In this spirit, the Office scaled up its preventive mandate through active engagement with public institutions, private sector actors, civil society- and secured convictions and asset recovery through impactful plea bargaining. We also reckon that the nation's anti-corruption legal framework requires re-imagination, modernisation and retooling to address the immense scale and complexity of modern corruption in the context of our social, economic and political constructs.

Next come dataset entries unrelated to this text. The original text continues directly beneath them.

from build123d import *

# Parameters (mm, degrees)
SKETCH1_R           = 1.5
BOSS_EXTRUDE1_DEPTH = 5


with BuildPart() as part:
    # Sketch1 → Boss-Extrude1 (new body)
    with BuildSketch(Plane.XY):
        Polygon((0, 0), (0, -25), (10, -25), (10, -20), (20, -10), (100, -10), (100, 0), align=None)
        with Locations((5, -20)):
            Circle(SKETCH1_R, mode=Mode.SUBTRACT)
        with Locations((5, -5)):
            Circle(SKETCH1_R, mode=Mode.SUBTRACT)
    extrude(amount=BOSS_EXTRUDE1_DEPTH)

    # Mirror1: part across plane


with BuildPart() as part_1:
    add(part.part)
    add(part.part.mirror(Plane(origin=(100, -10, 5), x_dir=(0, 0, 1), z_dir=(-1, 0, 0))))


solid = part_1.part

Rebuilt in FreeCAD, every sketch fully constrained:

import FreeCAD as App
import Part
import Sketcher
from FreeCAD import Vector


def add_polygon(sketch, points):
    """Adds a closed chain of lines whose ends are joined by coincident constraints."""
    first, n = sketch.GeometryCount, len(points)
    for a, b in zip(points, points[1:] + points[:1]):
        sketch.addGeometry(Part.LineSegment(App.Vector(*a, 0), App.Vector(*b, 0)), False)
    for i in range(n):
        sketch.addConstraint(Sketcher.Constraint("Coincident", first + i, 2, first + (i + 1) % n, 1))

doc = App.newDocument("Part")
body = doc.addObject("PartDesign::Body", "Body")

# Sketch on XY plane
sketch1 = body.newObject("Sketcher::SketchObject", "Sketch")
sketch1.AttachmentSupport = (doc.getObject("XY_Plane"), [""])
sketch1.MapMode = "FlatFace"
add_polygon(sketch1, [(0, 0), (0, -25), (10, -25), (10, -20), (20, -10), (100, -10), (100, 0)])  # lines 0-6
sketch1.addGeometry(Part.Circle(Vector(5, -20, 0), Vector(0, 0, 1), 1.5), False)  # 7
sketch1.addGeometry(Part.Circle(Vector(5, -5, 0), Vector(0, 0, 1), 1.5), False)  # 8
sketch1.addConstraint([
    Sketcher.Constraint("Vertical", 0),
    Sketcher.Constraint("Horizontal", 1),
    Sketcher.Constraint("Vertical", 2),
    Sketcher.Constraint("Horizontal", 4),
    Sketcher.Constraint("Vertical", 5),
    Sketcher.Constraint("Horizontal", 6),
    Sketcher.Constraint("Coincident", 6, 2, -1, 1),
    Sketcher.Constraint("Equal", 7, 8),
    Sketcher.Constraint("Horizontal", 7, 3, 2, 2),
    Sketcher.Constraint("Vertical", 7, 3, 8, 3),
    Sketcher.Constraint("Equal", 1, 5),
    Sketcher.Constraint("Diameter", 7, 3.0),
    Sketcher.Constraint("DistanceX", 1, 1, 1, 2, 10.0),
    Sketcher.Constraint("DistanceX", 4, 1, 4, 2, 80.0),
    Sketcher.Constraint("DistanceX", 6, 2, 6, 1, 100.0),
    Sketcher.Constraint("DistanceY", 0, 2, 0, 1, 25.0),
    Sketcher.Constraint("DistanceY", 2, 1, 2, 2, 5.0),
    Sketcher.Constraint("DistanceX", -1, 1, 7, 3, 5.0),
    Sketcher.Constraint("DistanceY", 8, 3, -1, 1, 5.0),
])
pad1 = body.newObject("PartDesign::Pad", "Pad")
pad1.Profile = sketch1
pad1.Length = 5
body2 = doc.addObject("PartDesign::Body", "Body001")
doc.recompute()

body2.BaseFeature = body
doc.recompute()

mirroring = doc.addObject("Part::Mirroring", "Mirroring")
mirroring.Source = body
mirroring.Base = Vector(100, -10, 5)
mirroring.Normal = Vector(-1, 0, 0)
body3 = doc.addObject("PartDesign::Body", "Body002")
body3.BaseFeature = mirroring
boolean = body2.newObject("PartDesign::Boolean", "Boolean")
boolean.Type = "Fuse"
boolean.addObjects([body3])
doc.recompute()
mirroring.Visibility = False

doc.recompute()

"On this score, the Office has proposed the inclusion of a new chapter in the Constitution dedicated to the fight against corruption through definitive constitutional expression by the institution of proposed concrete measures to effectively and comprehensively suppress and repress corruption in public life as well as in the private sector chief among which include lifestyle audit non-conviction-based asset recovery, enhanced asset declaration and verification regime, and reverse onus presumption of corruption as the foundation of both anti-corruption criminal proceedings and civil asset recovery proceedings," parts of the report added.
The Office is also leading the charge in respect of the passage of a comprehensive Corrupt Practices Act and Conduct of Public Officers Act.
Currently, sixty-seven(67) cases are being handled by the Office, all of which are undergoing comprehensive review.
The corruption cases being investigated by OSP include: Minerals Income Investment Fund, Ghana Airports Company Limited, Ghana Education Service, National Commission on Culture, Ghana Revenue Authority/Tata Consulting Services, National Service Authority, Ministry of Health/Service Ghana Auto Group Limited, National Cathedral.
The others are: Tema oil refinery and Tema Energy and Processing Limited and the Electricity Company of Ghana Limited, State lands, Stool lands, and other Vested lands, Illegal Mining, National Sports Authority, Customs Division of Ghana Revenue Authority, Bank of Ghana and Estate of Kwadwo Owusu-Afriyie, alias Sir John.